We analyze the cases of penile trauma registered in the Reina Sofía University General Hospital between 2005 and 2010 together with a description of their sonographic findings.
Within the period stated 5 cases of penile trauma were recorded.
The 5 cases of fracture of the right corpus cavernosum were associated with adjacent hematoma.
The mean age of our patients was 33.5 years.
None of them had important antecedents and their haemoglobin values were normal.
The 5 patients reported that during intercourse they felt or heard a "cracking" noise,
followed by the loss of the erection; some experienced pain and others did not.
They consulted their physician due to inflammatory signs and hematoma of the penis-scrotal junction.
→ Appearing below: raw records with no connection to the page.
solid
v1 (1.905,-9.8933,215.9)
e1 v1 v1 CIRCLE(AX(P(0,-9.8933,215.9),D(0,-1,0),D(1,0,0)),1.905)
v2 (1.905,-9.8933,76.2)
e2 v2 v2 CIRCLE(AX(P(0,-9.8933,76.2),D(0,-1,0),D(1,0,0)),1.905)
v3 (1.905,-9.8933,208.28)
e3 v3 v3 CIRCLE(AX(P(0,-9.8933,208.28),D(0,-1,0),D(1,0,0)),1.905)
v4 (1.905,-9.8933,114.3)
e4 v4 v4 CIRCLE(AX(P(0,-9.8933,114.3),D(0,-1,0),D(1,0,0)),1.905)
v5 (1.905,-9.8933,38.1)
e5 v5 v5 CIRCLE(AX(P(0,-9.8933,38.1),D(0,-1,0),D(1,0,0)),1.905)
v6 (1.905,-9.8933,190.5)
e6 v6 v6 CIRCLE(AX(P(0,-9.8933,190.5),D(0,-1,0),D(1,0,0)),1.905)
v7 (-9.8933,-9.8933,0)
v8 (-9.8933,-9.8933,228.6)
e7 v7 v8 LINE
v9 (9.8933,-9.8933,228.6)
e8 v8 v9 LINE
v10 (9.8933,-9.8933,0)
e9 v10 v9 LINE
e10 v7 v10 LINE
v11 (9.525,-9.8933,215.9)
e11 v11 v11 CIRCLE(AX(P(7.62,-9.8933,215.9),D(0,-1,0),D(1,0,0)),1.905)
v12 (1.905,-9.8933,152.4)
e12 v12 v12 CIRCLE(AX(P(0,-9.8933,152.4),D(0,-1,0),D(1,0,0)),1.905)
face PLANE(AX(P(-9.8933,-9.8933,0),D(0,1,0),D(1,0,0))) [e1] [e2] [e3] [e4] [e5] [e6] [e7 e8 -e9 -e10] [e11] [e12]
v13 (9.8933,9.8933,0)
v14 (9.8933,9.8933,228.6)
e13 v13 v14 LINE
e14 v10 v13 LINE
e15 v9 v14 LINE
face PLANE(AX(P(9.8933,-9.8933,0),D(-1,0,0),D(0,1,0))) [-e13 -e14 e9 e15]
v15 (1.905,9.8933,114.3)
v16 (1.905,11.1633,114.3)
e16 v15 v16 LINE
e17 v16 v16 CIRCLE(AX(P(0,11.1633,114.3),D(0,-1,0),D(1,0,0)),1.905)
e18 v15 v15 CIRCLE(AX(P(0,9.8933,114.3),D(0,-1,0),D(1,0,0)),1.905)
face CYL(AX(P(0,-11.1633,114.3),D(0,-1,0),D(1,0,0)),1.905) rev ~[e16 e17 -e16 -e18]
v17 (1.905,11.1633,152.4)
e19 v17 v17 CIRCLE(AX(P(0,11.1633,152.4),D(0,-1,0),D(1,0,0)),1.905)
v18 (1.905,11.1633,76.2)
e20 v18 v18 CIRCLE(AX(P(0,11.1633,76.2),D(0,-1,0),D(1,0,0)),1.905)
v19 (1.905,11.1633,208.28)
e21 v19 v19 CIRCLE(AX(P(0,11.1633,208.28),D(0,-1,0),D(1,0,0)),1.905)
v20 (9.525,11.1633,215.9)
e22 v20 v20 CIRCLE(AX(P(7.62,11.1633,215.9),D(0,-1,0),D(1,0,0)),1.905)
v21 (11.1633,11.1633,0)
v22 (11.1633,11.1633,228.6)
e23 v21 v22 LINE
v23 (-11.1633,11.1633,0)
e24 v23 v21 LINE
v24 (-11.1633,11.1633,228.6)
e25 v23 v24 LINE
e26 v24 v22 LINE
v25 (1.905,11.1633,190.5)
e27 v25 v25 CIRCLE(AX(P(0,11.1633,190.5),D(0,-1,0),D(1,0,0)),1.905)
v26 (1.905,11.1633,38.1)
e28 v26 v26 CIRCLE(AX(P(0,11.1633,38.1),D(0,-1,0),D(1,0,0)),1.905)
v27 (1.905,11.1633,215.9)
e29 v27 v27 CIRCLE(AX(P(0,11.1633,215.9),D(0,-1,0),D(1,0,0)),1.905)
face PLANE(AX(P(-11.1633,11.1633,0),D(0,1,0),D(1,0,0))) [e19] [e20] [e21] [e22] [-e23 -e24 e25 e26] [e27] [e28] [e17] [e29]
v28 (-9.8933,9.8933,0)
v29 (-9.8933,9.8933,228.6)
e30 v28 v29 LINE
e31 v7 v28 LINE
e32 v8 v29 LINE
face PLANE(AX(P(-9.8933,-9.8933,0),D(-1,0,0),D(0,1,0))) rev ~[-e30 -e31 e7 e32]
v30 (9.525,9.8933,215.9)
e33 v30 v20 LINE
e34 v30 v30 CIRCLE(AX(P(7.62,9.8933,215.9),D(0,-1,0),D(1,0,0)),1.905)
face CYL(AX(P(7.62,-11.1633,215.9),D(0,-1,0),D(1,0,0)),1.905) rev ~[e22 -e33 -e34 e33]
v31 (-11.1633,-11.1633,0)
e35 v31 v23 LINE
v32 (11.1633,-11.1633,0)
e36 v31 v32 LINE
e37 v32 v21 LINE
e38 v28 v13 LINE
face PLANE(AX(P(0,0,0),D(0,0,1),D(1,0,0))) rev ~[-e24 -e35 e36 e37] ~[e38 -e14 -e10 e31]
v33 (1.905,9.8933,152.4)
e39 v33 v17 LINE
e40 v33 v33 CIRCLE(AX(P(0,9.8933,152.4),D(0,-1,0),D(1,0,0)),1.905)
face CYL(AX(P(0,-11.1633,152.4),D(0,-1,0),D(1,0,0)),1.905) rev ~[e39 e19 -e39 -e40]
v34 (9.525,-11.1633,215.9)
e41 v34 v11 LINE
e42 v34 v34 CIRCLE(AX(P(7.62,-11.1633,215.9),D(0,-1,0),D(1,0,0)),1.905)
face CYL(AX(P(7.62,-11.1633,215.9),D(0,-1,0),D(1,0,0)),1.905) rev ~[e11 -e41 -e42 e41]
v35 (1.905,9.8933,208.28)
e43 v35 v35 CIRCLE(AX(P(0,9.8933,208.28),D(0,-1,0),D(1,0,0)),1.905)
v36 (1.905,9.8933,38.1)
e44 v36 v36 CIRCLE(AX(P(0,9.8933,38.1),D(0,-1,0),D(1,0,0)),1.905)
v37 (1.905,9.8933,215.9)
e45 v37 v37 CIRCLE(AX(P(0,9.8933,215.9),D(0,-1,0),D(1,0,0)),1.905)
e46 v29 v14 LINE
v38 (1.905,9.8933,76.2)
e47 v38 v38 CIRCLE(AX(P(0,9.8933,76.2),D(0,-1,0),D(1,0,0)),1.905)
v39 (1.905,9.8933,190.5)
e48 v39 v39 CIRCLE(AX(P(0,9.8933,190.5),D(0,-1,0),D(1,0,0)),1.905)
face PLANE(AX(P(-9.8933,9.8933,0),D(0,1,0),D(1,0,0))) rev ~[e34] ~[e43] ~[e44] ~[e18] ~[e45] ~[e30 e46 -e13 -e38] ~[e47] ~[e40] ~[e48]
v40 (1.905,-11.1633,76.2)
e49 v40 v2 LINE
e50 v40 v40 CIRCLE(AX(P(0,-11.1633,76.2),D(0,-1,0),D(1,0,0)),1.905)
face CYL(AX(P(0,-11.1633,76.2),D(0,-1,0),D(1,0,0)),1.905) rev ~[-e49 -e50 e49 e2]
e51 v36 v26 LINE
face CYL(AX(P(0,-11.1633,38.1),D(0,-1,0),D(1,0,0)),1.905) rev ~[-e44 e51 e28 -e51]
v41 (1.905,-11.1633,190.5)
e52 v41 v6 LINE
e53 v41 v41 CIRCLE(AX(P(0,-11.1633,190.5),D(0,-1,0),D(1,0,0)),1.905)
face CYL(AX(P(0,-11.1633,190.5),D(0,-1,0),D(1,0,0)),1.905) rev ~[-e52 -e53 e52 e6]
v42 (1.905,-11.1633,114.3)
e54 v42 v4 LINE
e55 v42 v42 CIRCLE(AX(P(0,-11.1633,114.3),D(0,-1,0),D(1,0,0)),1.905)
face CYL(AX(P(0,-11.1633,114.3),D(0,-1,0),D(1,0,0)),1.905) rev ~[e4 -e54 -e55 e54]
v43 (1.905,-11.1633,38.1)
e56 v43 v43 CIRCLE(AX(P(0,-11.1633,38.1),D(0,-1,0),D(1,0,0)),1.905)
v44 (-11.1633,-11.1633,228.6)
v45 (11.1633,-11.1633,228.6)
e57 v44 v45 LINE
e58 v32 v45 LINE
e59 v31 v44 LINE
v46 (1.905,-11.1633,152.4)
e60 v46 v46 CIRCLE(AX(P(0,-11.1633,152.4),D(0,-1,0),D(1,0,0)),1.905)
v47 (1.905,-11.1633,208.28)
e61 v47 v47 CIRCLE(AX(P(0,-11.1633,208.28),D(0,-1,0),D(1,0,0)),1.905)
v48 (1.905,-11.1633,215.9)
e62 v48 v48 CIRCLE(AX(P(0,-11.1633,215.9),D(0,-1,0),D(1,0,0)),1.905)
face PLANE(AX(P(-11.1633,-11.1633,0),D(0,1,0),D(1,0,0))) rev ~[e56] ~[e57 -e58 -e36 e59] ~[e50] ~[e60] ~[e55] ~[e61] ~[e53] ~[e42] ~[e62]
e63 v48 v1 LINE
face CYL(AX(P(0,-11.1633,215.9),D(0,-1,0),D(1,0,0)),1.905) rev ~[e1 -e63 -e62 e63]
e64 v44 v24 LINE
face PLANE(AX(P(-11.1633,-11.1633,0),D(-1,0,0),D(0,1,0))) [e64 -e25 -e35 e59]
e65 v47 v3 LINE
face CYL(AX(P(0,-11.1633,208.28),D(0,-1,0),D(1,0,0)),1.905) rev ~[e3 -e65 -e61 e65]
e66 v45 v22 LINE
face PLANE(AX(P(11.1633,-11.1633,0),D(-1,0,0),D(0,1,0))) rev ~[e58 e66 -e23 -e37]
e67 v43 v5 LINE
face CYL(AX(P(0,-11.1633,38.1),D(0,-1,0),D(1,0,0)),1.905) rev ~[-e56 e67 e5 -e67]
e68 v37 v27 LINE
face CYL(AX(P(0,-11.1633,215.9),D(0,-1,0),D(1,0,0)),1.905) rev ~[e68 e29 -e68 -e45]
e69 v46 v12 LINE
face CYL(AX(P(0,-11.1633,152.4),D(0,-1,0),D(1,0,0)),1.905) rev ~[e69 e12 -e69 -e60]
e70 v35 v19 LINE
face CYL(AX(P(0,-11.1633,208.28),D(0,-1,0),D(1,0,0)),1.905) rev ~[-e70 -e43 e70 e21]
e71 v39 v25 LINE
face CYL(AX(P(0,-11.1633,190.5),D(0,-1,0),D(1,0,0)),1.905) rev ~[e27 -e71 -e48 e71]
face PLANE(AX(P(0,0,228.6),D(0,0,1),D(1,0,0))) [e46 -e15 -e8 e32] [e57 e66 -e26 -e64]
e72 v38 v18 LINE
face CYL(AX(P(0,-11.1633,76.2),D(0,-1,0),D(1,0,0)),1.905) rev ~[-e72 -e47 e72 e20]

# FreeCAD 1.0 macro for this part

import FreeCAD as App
import Part
import Sketcher
from FreeCAD import Vector
Q = App.Units.Quantity

doc = App.newDocument("Part")
params = doc.addObject("Spreadsheet::Sheet", "Params")
for row, (alias, value) in enumerate([
    ("sketch1_width", "0.879 in"),
    ("sketch1_width2", "0.779 in"),
    ("pad1_length", "9 in"),
    ("sketch2_diameter", "0.15 in"),
    ("sketch3_diameter", "0.15 in"),
], start=1):
    params.set(f"A{row}", alias)
    params.set(f"B{row}", "=" + value)
    params.setAlias(f"B{row}", alias)

body = doc.addObject("PartDesign::Body", "Body")

sketch1 = doc.addObject("Sketcher::SketchObject", "Sketch")
body.addObject(sketch1)
sketch1.AttachmentSupport = (doc.XY_Plane, [""])
sketch1.MapMode = "FlatFace"
sketch1.addGeometry(Part.LineSegment(Vector(-11.1633, 11.1633, 0), Vector(-11.1633, -11.1633, 0)), False)
sketch1.addGeometry(Part.LineSegment(Vector(-11.1633, -11.1633, 0), Vector(11.1633, -11.1633, 0)), False)
sketch1.addGeometry(Part.LineSegment(Vector(11.1633, -11.1633, 0), Vector(11.1633, 11.1633, 0)), False)
sketch1.addGeometry(Part.LineSegment(Vector(11.1633, 11.1633, 0), Vector(-11.1633, 11.1633, 0)), False)
sketch1.addGeometry(Part.LineSegment(Vector(9.8933, -9.8933, 0), Vector(-9.8933, -9.8933, 0)), False)
sketch1.addGeometry(Part.LineSegment(Vector(-9.8933, -9.8933, 0), Vector(-9.8933, 9.8933, 0)), False)
sketch1.addGeometry(Part.LineSegment(Vector(-9.8933, 9.8933, 0), Vector(9.8933, 9.8933, 0)), False)
sketch1.addGeometry(Part.LineSegment(Vector(9.8933, 9.8933, 0), Vector(9.8933, -9.8933, 0)), False)
sketch1.addConstraint(Sketcher.Constraint("Coincident", 0, 2, 1, 1))
sketch1.addConstraint(Sketcher.Constraint("Coincident", 1, 2, 2, 1))
sketch1.addConstraint(Sketcher.Constraint("Coincident", 2, 2, 3, 1))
The clinical diagnosis of all the patients was corpus cavernosum fracture and an ultrasound test was performed in 3 of these.
The following sonographic findings were apparent in the patient with an increased penis size and dorsal hematoma: Considerable thickening of the tunica albuginea from the base of the penis and on the right side,
with a hypoechoic collection with mixed echoes in its interior,
on the dorsal side of the right corpus cavernosum. FIG Nº 1.
Another patient with an enlarged penis size presented with a hematoma mainly in the right portion of the penis.
In the sonographic images this was represented by a hypoechoic collection of heterogeneous echoes adjacent to the right corpus cavernosum where there was a rupture on the ventral surface,
connected to the hematoma,
which was all highly suggestive of breakage in this area.
Also,
diffuse inflammatory changes were seen in the superficial soft tissue. FIG Nº 2.
Our third patient with penis fracture presented with a hematoma reaching the scrotum and in the sonographic images there was intermediate echogenic material in the subcutaneous tissue in the right margin of the base of the penis,
suggestive of hematoma,
in close contact with the slightly irregular tunica albuginea.
FIG Nº 3
The 5 patients were given emergency operations,
revealing breakage of the right corpus cavernosum.
In all cases excavation of the hematoma and suture of the affected cavernous body were performed.